For a more expressive aggregation, use attention MIL:

class AttentionMIL(nn.Module):
    def __init__(self, h_dim):
        super().__init__()
        self.attention = nn.Sequential(
            nn.Linear(h_dim, 64),
            nn.Tanh(),
            nn.Linear(64, 1)
        )

    def forward(self, pose_embeds):           # (N, h_dim)
        scores = self.attention(pose_embeds)  # (N, 1)
        weights = torch.softmax(scores, dim=0)
        return (weights * pose_embeds).sum(0) # (h_dim,)

Attention MIL has a nice bonus: weights tells you which poses contributed most to the prediction, interpretable by design.
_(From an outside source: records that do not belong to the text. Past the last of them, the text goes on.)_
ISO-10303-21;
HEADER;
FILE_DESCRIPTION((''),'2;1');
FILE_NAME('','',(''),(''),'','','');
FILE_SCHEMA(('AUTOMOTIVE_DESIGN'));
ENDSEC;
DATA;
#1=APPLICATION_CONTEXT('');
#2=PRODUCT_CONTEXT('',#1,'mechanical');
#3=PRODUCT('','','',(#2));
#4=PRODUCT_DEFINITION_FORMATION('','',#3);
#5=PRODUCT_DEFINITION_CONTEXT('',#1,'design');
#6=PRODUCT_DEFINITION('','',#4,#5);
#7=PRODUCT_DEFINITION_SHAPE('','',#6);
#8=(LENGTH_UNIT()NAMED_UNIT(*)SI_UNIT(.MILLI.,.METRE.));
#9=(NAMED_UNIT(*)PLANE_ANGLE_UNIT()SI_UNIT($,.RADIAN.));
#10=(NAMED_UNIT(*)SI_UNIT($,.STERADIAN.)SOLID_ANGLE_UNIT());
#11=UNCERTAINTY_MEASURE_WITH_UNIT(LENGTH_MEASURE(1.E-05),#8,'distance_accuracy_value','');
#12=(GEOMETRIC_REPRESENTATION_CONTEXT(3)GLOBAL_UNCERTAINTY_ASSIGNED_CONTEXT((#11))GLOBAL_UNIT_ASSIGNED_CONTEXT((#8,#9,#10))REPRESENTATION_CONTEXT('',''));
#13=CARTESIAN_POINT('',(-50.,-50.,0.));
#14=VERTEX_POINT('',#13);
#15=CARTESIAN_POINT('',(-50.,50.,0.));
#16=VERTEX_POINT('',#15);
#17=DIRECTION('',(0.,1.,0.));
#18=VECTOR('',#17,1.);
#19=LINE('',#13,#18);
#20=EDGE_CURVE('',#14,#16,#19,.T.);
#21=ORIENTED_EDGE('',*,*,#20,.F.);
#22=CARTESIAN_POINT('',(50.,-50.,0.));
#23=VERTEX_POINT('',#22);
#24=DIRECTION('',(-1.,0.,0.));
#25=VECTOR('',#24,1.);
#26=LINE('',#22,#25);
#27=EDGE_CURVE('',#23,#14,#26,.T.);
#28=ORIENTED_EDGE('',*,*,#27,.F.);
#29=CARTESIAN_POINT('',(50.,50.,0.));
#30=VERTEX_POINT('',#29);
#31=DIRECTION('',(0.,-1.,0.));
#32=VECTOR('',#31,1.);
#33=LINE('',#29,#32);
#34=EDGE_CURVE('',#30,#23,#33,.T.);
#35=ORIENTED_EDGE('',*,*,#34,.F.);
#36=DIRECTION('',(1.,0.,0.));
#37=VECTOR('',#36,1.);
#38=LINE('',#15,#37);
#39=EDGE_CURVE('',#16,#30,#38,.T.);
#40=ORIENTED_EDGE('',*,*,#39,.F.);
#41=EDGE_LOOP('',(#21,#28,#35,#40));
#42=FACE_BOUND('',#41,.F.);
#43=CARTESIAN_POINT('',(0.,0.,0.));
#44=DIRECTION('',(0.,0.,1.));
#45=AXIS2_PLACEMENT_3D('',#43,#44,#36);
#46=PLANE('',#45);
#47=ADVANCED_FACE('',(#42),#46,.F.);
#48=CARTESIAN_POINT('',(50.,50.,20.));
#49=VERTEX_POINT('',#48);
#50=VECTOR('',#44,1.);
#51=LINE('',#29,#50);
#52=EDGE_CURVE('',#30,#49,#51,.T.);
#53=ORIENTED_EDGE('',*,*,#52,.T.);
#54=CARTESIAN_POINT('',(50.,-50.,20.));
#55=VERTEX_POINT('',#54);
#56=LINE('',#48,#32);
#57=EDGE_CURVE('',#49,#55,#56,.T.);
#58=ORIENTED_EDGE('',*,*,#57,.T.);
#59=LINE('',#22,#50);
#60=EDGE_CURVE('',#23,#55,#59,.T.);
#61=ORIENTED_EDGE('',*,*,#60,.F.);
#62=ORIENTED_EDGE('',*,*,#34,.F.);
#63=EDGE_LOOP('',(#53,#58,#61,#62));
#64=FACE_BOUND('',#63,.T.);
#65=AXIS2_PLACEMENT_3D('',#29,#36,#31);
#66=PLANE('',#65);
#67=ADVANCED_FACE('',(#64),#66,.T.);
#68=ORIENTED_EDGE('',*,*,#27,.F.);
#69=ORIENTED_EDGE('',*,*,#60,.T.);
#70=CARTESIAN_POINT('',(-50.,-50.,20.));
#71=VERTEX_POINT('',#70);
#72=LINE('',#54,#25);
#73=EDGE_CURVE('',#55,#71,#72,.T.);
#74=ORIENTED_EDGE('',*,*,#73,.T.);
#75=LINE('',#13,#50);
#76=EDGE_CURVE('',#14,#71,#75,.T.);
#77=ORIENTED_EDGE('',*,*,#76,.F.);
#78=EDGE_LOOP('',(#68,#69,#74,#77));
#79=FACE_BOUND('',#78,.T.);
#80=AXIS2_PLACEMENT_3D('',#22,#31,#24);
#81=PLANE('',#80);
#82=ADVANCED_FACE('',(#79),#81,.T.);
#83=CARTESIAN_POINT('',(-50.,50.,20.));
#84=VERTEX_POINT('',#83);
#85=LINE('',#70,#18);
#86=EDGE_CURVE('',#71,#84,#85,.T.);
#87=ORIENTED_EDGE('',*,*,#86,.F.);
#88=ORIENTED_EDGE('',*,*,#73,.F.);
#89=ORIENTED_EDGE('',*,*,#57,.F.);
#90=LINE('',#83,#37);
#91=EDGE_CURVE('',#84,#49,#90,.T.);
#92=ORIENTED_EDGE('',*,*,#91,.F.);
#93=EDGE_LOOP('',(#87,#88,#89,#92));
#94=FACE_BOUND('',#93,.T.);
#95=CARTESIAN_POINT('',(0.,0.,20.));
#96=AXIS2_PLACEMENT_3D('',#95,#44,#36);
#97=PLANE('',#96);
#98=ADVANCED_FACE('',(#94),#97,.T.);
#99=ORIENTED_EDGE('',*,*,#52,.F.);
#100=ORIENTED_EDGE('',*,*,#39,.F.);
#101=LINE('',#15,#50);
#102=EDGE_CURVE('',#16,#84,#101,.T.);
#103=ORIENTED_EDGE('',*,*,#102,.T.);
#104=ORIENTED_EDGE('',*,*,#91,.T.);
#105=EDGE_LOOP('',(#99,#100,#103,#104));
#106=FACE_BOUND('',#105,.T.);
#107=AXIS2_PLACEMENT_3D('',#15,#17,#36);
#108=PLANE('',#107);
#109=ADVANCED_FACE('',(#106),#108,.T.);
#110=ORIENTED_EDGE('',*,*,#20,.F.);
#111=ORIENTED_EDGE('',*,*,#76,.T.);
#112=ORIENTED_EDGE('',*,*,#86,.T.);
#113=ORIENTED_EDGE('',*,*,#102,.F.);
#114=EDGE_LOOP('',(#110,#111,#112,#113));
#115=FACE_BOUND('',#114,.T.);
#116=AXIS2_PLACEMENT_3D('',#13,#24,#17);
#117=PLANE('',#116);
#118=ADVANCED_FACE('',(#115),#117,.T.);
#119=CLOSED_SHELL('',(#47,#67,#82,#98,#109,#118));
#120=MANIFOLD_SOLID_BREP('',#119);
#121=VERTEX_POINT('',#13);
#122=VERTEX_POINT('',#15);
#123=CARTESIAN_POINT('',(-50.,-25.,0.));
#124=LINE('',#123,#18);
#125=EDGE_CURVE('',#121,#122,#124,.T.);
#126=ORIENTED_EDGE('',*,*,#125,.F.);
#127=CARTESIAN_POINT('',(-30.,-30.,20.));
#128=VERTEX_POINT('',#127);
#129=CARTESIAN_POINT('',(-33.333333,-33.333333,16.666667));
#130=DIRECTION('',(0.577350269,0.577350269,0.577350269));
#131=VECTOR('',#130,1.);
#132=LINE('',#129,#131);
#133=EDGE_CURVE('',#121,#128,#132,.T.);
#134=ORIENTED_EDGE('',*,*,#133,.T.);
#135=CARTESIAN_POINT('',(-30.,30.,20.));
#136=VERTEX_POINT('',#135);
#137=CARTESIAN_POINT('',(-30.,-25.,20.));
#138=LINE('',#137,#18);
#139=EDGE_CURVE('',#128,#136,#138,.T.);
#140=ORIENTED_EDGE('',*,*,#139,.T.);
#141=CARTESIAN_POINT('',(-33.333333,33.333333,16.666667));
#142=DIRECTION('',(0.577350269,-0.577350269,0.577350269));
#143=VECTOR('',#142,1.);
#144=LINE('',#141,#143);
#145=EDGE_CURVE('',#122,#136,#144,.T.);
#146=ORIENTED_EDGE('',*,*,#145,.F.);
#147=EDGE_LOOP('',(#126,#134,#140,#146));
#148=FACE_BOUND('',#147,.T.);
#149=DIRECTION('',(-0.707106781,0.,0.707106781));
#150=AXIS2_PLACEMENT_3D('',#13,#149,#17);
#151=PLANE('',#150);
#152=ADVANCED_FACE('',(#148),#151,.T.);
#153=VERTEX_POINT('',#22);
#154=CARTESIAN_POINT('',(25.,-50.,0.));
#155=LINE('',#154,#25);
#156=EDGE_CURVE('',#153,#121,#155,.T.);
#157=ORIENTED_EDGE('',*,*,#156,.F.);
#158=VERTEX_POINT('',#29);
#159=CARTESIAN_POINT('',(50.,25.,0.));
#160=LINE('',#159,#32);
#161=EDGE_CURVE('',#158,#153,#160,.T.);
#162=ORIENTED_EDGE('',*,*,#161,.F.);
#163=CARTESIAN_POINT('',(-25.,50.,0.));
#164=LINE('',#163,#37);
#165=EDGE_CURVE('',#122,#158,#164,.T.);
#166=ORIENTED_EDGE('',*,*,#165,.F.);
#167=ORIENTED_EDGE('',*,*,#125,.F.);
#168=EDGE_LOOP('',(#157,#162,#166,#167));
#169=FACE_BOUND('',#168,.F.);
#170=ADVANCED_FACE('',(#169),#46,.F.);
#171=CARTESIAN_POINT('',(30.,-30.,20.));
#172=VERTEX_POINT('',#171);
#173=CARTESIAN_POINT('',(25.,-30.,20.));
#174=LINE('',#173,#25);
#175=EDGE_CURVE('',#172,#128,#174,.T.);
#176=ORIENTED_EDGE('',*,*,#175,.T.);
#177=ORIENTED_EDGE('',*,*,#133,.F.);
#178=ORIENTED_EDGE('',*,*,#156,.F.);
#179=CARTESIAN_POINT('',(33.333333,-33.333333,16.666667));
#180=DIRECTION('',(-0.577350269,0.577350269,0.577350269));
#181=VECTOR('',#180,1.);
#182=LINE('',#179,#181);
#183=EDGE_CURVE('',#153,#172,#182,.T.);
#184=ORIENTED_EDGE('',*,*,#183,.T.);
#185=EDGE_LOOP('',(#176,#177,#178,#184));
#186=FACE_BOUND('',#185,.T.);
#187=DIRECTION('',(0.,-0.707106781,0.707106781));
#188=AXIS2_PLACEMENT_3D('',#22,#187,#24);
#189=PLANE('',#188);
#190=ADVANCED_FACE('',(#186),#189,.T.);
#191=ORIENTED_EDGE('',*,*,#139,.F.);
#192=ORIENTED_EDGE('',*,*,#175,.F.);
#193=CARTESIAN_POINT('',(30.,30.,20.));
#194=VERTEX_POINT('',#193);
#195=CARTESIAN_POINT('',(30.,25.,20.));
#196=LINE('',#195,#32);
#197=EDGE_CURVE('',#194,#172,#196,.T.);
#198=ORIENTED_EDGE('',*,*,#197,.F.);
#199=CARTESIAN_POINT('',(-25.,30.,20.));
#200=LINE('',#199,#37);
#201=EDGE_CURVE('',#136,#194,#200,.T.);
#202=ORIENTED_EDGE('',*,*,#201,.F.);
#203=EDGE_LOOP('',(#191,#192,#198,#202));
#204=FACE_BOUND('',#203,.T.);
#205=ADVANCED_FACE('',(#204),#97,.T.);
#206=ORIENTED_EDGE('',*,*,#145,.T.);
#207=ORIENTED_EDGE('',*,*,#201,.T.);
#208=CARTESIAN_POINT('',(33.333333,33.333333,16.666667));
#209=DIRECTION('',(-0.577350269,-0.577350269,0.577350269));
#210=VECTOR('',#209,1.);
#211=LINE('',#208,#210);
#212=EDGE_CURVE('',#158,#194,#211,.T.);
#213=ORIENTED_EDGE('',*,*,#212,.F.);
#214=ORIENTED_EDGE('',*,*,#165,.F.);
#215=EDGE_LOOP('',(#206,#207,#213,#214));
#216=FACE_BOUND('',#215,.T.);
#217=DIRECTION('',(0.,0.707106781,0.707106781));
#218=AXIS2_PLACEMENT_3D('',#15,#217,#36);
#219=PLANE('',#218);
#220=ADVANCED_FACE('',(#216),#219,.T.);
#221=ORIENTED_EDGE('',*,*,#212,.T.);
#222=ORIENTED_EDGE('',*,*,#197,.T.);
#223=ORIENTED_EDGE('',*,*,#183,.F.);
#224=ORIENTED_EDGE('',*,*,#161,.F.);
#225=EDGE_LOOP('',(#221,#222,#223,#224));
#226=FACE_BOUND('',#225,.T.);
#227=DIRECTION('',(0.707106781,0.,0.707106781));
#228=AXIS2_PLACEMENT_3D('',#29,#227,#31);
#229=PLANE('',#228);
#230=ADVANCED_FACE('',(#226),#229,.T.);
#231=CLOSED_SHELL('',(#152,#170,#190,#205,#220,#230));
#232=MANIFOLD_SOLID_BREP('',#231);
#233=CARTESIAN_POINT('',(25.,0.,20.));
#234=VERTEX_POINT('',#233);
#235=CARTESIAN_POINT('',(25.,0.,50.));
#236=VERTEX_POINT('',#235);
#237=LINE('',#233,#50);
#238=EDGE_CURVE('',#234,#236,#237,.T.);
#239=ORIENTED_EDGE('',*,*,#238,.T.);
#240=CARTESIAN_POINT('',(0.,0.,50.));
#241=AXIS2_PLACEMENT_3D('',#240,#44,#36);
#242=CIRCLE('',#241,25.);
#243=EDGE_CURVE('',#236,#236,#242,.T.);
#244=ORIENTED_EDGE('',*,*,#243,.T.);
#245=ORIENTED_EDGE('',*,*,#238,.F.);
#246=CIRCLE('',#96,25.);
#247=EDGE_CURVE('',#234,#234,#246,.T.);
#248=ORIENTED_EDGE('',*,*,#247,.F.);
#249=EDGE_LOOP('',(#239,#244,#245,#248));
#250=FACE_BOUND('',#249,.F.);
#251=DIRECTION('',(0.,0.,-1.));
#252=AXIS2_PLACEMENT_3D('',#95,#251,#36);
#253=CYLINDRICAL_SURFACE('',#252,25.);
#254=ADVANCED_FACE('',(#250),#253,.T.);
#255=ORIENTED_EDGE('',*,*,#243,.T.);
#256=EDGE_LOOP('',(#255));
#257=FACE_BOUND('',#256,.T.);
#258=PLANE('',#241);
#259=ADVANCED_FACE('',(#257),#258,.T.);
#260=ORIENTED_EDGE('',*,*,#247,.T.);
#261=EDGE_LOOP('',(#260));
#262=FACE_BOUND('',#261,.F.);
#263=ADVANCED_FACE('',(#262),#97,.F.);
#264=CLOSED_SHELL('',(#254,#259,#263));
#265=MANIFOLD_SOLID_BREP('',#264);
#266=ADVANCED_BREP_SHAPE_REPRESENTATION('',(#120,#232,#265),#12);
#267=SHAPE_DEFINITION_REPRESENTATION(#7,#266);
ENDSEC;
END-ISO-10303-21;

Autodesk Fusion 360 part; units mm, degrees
sketch "Sketch1" plane through (0, 0, 0) normal (0, 0, 1) x (1, 0, 0)
  line L0 (-50, 50) -> (50, 50)
  line L1 (50, 50) -> (50, -50)
  line L2 (50, -50) -> (-50, -50)
  line L3 (-50, -50) -> (-50, 50)
  point P0 (-122.6558, 0.4138)
  point P1 (-120, 25)
  dimension "d14" = 100
  dimension "d15" = 100
  dimension "d17" = 50
  dimension "d18" = 50
extrude "Extrude1" add sketch "Sketch1" along normal blind 20 makes body 1
sketch "Sketch1 (2)" plane through (0, 0, 0) normal (0, 0, 1) x (1, 0, 0) in component "ChildComponent"
  circle A0 centre (0, 0) radius 25
  dimension "d7" = 50
extrude "Extrude1'" add sketch "Sketch1 (2)" along normal blind 30 from surface at 20 separate body makes body 2 in component "ChildComponent"
extrude "Extrude2" add sketch "Sketch1" along normal blind 20 draft -45 separate body makes body 3
copy_body "CutPasteBodies1" bodies 3 removing the originals makes body 4 in component "ComponentWithBody"
component "ChildComponent" placed x (1, 0, 0) y (0, 1, 0) z (0, 0, 1) at (0, 0, 0)
component "ComponentWithBody" placed x (1, 0, 0) y (0, 1, 0) z (0, 0, 1) at (0, 0, 0)
equation "modelHeight = 20 mm"
equation "childModelWidth = 50 mm"
equation "d5 = modelHeight"
equation "d7 = childModelWidth"
equation "modelSize = 100 mm"
equation "d14 = modelSize"
equation "d15 = modelSize"
equation "d17 = modelSize / 2"
equation "d18 = modelSize / 2"
equation "d19 = modelHeight"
Which Chapters to Read First

If you’re using this post as a reading guide alongside the DGL User Guide:

Priority	Chapter	Why
⭐⭐⭐	Ch 1.2–1.5: Graphs, features, heterograph	Core data structure
⭐⭐⭐	Ch 2.1–2.2: Message passing API	The computation engine
⭐⭐⭐	Ch 5.4: Graph classification	Your prediction task
⭐⭐	Ch 3: GNN modules	Ready-to-use layers
⭐⭐	Ch 4: Data pipeline	Dataset + caching
⭐	Ch 6–8: Stochastic / distributed / mixed precision	Only if dataset is huge

Summary

DGL wraps the complexity of graph-structured computation behind a clean PyTorch API. For molecular applications, the workflow is:

Build a DGLGraph for each complex: atoms as nodes, bonds/contacts as edges, features from your cheminformatics toolkit
Choose a GNN layer: GATConv is a strong default
Run message passing: each atom aggregates information from its neighbors
Apply readout (dgl.mean_nodes) to get a fixed-size graph embedding
Feed into a standard MLP classifier

The library handles batching, GPU transfer, and efficient sparse operations under the hood. Once you get the featurization right, the training code looks almost identical to a standard PyTorch image classifier.